═══ PROVIDED DATA ═══
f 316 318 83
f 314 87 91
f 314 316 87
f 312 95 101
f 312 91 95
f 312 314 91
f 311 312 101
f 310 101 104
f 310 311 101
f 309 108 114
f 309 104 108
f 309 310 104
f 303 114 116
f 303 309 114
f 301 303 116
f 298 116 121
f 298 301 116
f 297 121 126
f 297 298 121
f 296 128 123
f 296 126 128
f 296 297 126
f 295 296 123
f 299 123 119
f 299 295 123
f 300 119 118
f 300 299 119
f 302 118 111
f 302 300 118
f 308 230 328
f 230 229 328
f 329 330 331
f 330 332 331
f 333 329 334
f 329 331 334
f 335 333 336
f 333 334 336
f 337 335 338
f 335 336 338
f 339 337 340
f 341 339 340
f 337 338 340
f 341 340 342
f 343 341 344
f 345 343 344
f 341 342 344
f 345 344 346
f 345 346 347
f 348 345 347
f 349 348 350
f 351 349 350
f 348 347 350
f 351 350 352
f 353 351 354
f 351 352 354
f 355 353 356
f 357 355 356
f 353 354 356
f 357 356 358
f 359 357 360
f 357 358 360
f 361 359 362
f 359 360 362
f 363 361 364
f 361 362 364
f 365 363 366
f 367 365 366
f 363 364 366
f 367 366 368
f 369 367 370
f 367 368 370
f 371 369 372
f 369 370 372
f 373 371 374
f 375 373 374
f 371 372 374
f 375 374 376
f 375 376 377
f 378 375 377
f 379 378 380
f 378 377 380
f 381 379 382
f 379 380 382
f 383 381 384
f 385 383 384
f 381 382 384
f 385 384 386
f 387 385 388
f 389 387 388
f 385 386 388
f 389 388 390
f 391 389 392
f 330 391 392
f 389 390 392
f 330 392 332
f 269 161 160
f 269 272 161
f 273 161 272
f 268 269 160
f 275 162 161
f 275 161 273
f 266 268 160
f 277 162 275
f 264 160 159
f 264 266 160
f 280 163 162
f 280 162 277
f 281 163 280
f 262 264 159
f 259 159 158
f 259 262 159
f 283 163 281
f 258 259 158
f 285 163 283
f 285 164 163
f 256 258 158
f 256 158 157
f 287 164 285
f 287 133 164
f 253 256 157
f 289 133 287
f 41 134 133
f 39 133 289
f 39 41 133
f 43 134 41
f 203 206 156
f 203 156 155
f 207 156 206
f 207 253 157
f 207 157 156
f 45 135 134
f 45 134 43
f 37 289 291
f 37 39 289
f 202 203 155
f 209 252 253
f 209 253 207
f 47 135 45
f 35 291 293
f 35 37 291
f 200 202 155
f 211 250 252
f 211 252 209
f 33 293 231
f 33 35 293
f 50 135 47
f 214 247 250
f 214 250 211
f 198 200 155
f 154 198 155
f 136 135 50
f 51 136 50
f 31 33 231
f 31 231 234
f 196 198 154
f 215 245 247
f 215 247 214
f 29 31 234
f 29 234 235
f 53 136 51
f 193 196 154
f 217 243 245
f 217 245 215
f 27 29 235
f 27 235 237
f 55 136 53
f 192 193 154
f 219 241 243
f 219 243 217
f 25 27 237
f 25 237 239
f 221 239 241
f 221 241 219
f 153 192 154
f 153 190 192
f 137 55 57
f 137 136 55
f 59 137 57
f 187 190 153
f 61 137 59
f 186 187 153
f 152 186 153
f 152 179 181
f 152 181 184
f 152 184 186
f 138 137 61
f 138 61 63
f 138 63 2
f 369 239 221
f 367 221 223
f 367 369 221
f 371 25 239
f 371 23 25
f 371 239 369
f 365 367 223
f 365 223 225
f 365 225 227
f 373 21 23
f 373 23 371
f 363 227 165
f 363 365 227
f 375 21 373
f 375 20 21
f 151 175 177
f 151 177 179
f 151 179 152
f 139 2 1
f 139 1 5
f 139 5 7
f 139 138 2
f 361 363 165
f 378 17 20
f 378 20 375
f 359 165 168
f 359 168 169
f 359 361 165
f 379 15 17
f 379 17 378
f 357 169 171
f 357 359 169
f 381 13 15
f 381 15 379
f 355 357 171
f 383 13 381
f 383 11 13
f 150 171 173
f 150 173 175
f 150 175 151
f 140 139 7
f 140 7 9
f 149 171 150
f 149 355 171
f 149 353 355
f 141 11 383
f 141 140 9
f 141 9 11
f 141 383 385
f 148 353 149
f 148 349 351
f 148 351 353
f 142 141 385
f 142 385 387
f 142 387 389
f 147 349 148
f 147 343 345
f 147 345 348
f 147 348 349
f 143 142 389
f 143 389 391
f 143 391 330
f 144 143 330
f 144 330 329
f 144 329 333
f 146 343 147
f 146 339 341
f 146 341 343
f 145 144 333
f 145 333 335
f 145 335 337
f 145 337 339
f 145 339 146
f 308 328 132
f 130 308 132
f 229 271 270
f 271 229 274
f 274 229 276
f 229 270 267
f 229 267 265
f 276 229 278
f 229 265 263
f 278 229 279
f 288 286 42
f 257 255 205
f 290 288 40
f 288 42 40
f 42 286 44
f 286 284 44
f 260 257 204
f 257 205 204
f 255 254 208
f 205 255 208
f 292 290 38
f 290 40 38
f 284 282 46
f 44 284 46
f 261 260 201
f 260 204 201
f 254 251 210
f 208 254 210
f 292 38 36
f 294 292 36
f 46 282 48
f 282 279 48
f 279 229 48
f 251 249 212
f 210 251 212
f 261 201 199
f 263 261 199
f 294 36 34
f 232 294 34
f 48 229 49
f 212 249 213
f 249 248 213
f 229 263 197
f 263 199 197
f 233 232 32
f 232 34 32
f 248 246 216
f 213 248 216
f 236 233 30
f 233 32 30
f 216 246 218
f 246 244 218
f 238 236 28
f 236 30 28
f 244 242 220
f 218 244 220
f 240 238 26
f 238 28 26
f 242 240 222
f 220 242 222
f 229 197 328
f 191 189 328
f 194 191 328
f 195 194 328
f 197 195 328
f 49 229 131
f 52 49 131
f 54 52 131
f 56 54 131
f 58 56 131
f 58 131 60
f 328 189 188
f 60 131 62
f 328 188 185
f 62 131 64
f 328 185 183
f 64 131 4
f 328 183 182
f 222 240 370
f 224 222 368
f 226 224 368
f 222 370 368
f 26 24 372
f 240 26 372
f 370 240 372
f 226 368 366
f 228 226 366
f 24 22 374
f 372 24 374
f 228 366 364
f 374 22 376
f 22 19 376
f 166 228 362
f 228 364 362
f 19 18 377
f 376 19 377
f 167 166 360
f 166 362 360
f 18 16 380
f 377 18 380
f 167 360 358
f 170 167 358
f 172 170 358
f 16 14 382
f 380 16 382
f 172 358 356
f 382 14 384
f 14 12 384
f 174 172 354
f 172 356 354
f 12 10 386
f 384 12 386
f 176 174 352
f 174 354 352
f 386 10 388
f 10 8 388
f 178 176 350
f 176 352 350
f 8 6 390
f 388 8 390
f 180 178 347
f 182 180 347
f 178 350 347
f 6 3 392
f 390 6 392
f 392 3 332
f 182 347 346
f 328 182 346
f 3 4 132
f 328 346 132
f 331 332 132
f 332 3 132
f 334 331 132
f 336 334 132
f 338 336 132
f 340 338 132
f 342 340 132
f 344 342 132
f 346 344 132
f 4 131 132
═══
### [WORK REQUEST]
The expected response is the full data, reproduced exactly.

### [EXERCISE OUTPUT]
f 316 318 83
f 314 87 91
f 314 316 87
f 312 95 101
f 312 91 95
f 312 314 91
f 311 312 101
f 310 101 104
f 310 311 101
f 309 108 114
f 309 104 108
f 309 310 104
f 303 114 116
f 303 309 114
f 301 303 116
f 298 116 121
f 298 301 116
f 297 121 126
f 297 298 121
f 296 128 123
f 296 126 128
f 296 297 126
f 295 296 123
f 299 123 119
f 299 295 123
f 300 119 118
f 300 299 119
f 302 118 111
f 302 300 118
f 308 230 328
f 230 229 328
f 329 330 331
f 330 332 331
f 333 329 334
f 329 331 334
f 335 333 336
f 333 334 336
f 337 335 338
f 335 336 338
f 339 337 340
f 341 339 340
f 337 338 340
f 341 340 342
f 343 341 344
f 345 343 344
f 341 342 344
f 345 344 346
f 345 346 347
f 348 345 347
f 349 348 350
f 351 349 350
f 348 347 350
f 351 350 352
f 353 351 354
f 351 352 354
f 355 353 356
f 357 355 356
f 353 354 356
f 357 356 358
f 359 357 360
f 357 358 360
f 361 359 362
f 359 360 362
f 363 361 364
f 361 362 364
f 365 363 366
f 367 365 366
f 363 364 366
f 367 366 368
f 369 367 370
f 367 368 370
f 371 369 372
f 369 370 372
f 373 371 374
f 375 373 374
f 371 372 374
f 375 374 376
f 375 376 377
f 378 375 377
f 379 378 380
f 378 377 380
f 381 379 382
f 379 380 382
f 383 381 384
f 385 383 384
f 381 382 384
f 385 384 386
f 387 385 388
f 389 387 388
f 385 386 388
f 389 388 390
f 391 389 392
f 330 391 392
f 389 390 392
f 330 392 332
f 269 161 160
f 269 272 161
f 273 161 272
f 268 269 160
f 275 162 161
f 275 161 273
f 266 268 160
f 277 162 275
f 264 160 159
f 264 266 160
f 280 163 162
f 280 162 277
f 281 163 280
f 262 264 159
f 259 159 158
f 259 262 159
f 283 163 281
f 258 259 158
f 285 163 283
f 285 164 163
f 256 258 158
f 256 158 157
f 287 164 285
f 287 133 164
f 253 256 157
f 289 133 287
f 41 134 133
f 39 133 289
f 39 41 133
f 43 134 41
f 203 206 156
f 203 156 155
f 207 156 206
f 207 253 157
f 207 157 156
f 45 135 134
f 45 134 43
f 37 289 291
f 37 39 289
f 202 203 155
f 209 252 253
f 209 253 207
f 47 135 45
f 35 291 293
f 35 37 291
f 200 202 155
f 211 250 252
f 211 252 209
f 33 293 231
f 33 35 293
f 50 135 47
f 214 247 250
f 214 250 211
f 198 200 155
f 154 198 155
f 136 135 50
f 51 136 50
f 31 33 231
f 31 231 234
f 196 198 154
f 215 245 247
f 215 247 214
f 29 31 234
f 29 234 235
f 53 136 51
f 193 196 154
f 217 243 245
f 217 245 215
f 27 29 235
f 27 235 237
f 55 136 53
f 192 193 154
f 219 241 243
f 219 243 217
f 25 27 237
f 25 237 239
f 221 239 241
f 221 241 219
f 153 192 154
f 153 190 192
f 137 55 57
f 137 136 55
f 59 137 57
f 187 190 153
f 61 137 59
f 186 187 153
f 152 186 153
f 152 179 181
f 152 181 184
f 152 184 186
f 138 137 61
f 138 61 63
f 138 63 2
f 369 239 221
f 367 221 223
f 367 369 221
f 371 25 239
f 371 23 25
f 371 239 369
f 365 367 223
f 365 223 225
f 365 225 227
f 373 21 23
f 373 23 371
f 363 227 165
f 363 365 227
f 375 21 373
f 375 20 21
f 151 175 177
f 151 177 179
f 151 179 152
f 139 2 1
f 139 1 5
f 139 5 7
f 139 138 2
f 361 363 165
f 378 17 20
f 378 20 375
f 359 165 168
f 359 168 169
f 359 361 165
f 379 15 17
f 379 17 378
f 357 169 171
f 357 359 169
f 381 13 15
f 381 15 379
f 355 357 171
f 383 13 381
f 383 11 13
f 150 171 173
f 150 173 175
f 150 175 151
f 140 139 7
f 140 7 9
f 149 171 150
f 149 355 171
f 149 353 355
f 141 11 383
f 141 140 9
f 141 9 11
f 141 383 385
f 148 353 149
f 148 349 351
f 148 351 353
f 142 141 385
f 142 385 387
f 142 387 389
f 147 349 148
f 147 343 345
f 147 345 348
f 147 348 349
f 143 142 389
f 143 389 391
f 143 391 330
f 144 143 330
f 144 330 329
f 144 329 333
f 146 343 147
f 146 339 341
f 146 341 343
f 145 144 333
f 145 333 335
f 145 335 337
f 145 337 339
f 145 339 146
f 308 328 132
f 130 308 132
f 229 271 270
f 271 229 274
f 274 229 276
f 229 270 267
f 229 267 265
f 276 229 278
f 229 265 263
f 278 229 279
f 288 286 42
f 257 255 205
f 290 288 40
f 288 42 40
f 42 286 44
f 286 284 44
f 260 257 204
f 257 205 204
f 255 254 208
f 205 255 208
f 292 290 38
f 290 40 38
f 284 282 46
f 44 284 46
f 261 260 201
f 260 204 201
f 254 251 210
f 208 254 210
f 292 38 36
f 294 292 36
f 46 282 48
f 282 279 48
f 279 229 48
f 251 249 212
f 210 251 212
f 261 201 199
f 263 261 199
f 294 36 34
f 232 294 34
f 48 229 49
f 212 249 213
f 249 248 213
f 229 263 197
f 263 199 197
f 233 232 32
f 232 34 32
f 248 246 216
f 213 248 216
f 236 233 30
f 233 32 30
f 216 246 218
f 246 244 218
f 238 236 28
f 236 30 28
f 244 242 220
f 218 244 220
f 240 238 26
f 238 28 26
f 242 240 222
f 220 242 222
f 229 197 328
f 191 189 328
f 194 191 328
f 195 194 328
f 197 195 328
f 49 229 131
f 52 49 131
f 54 52 131
f 56 54 131
f 58 56 131
f 58 131 60
f 328 189 188
f 60 131 62
f 328 188 185
f 62 131 64
f 328 185 183
f 64 131 4
f 328 183 182
f 222 240 370
f 224 222 368
f 226 224 368
f 222 370 368
f 26 24 372
f 240 26 372
f 370 240 372
f 226 368 366
f 228 226 366
f 24 22 374
f 372 24 374
f 228 366 364
f 374 22 376
f 22 19 376
f 166 228 362
f 228 364 362
f 19 18 377
f 376 19 377
f 167 166 360
f 166 362 360
f 18 16 380
f 377 18 380
f 167 360 358
f 170 167 358
f 172 170 358
f 16 14 382
f 380 16 382
f 172 358 356
f 382 14 384
f 14 12 384
f 174 172 354
f 172 356 354
f 12 10 386
f 384 12 386
f 176 174 352
f 174 354 352
f 386 10 388
f 10 8 388
f 178 176 350
f 176 352 350
f 8 6 390
f 388 8 390
f 180 178 347
f 182 180 347
f 178 350 347
f 6 3 392
f 390 6 392
f 392 3 332
f 182 347 346
f 328 182 346
f 3 4 132
f 328 346 132
f 331 332 132
f 332 3 132
f 334 331 132
f 336 334 132
f 338 336 132
f 340 338 132
f 342 340 132
f 344 342 132
f 346 344 132
f 4 131 132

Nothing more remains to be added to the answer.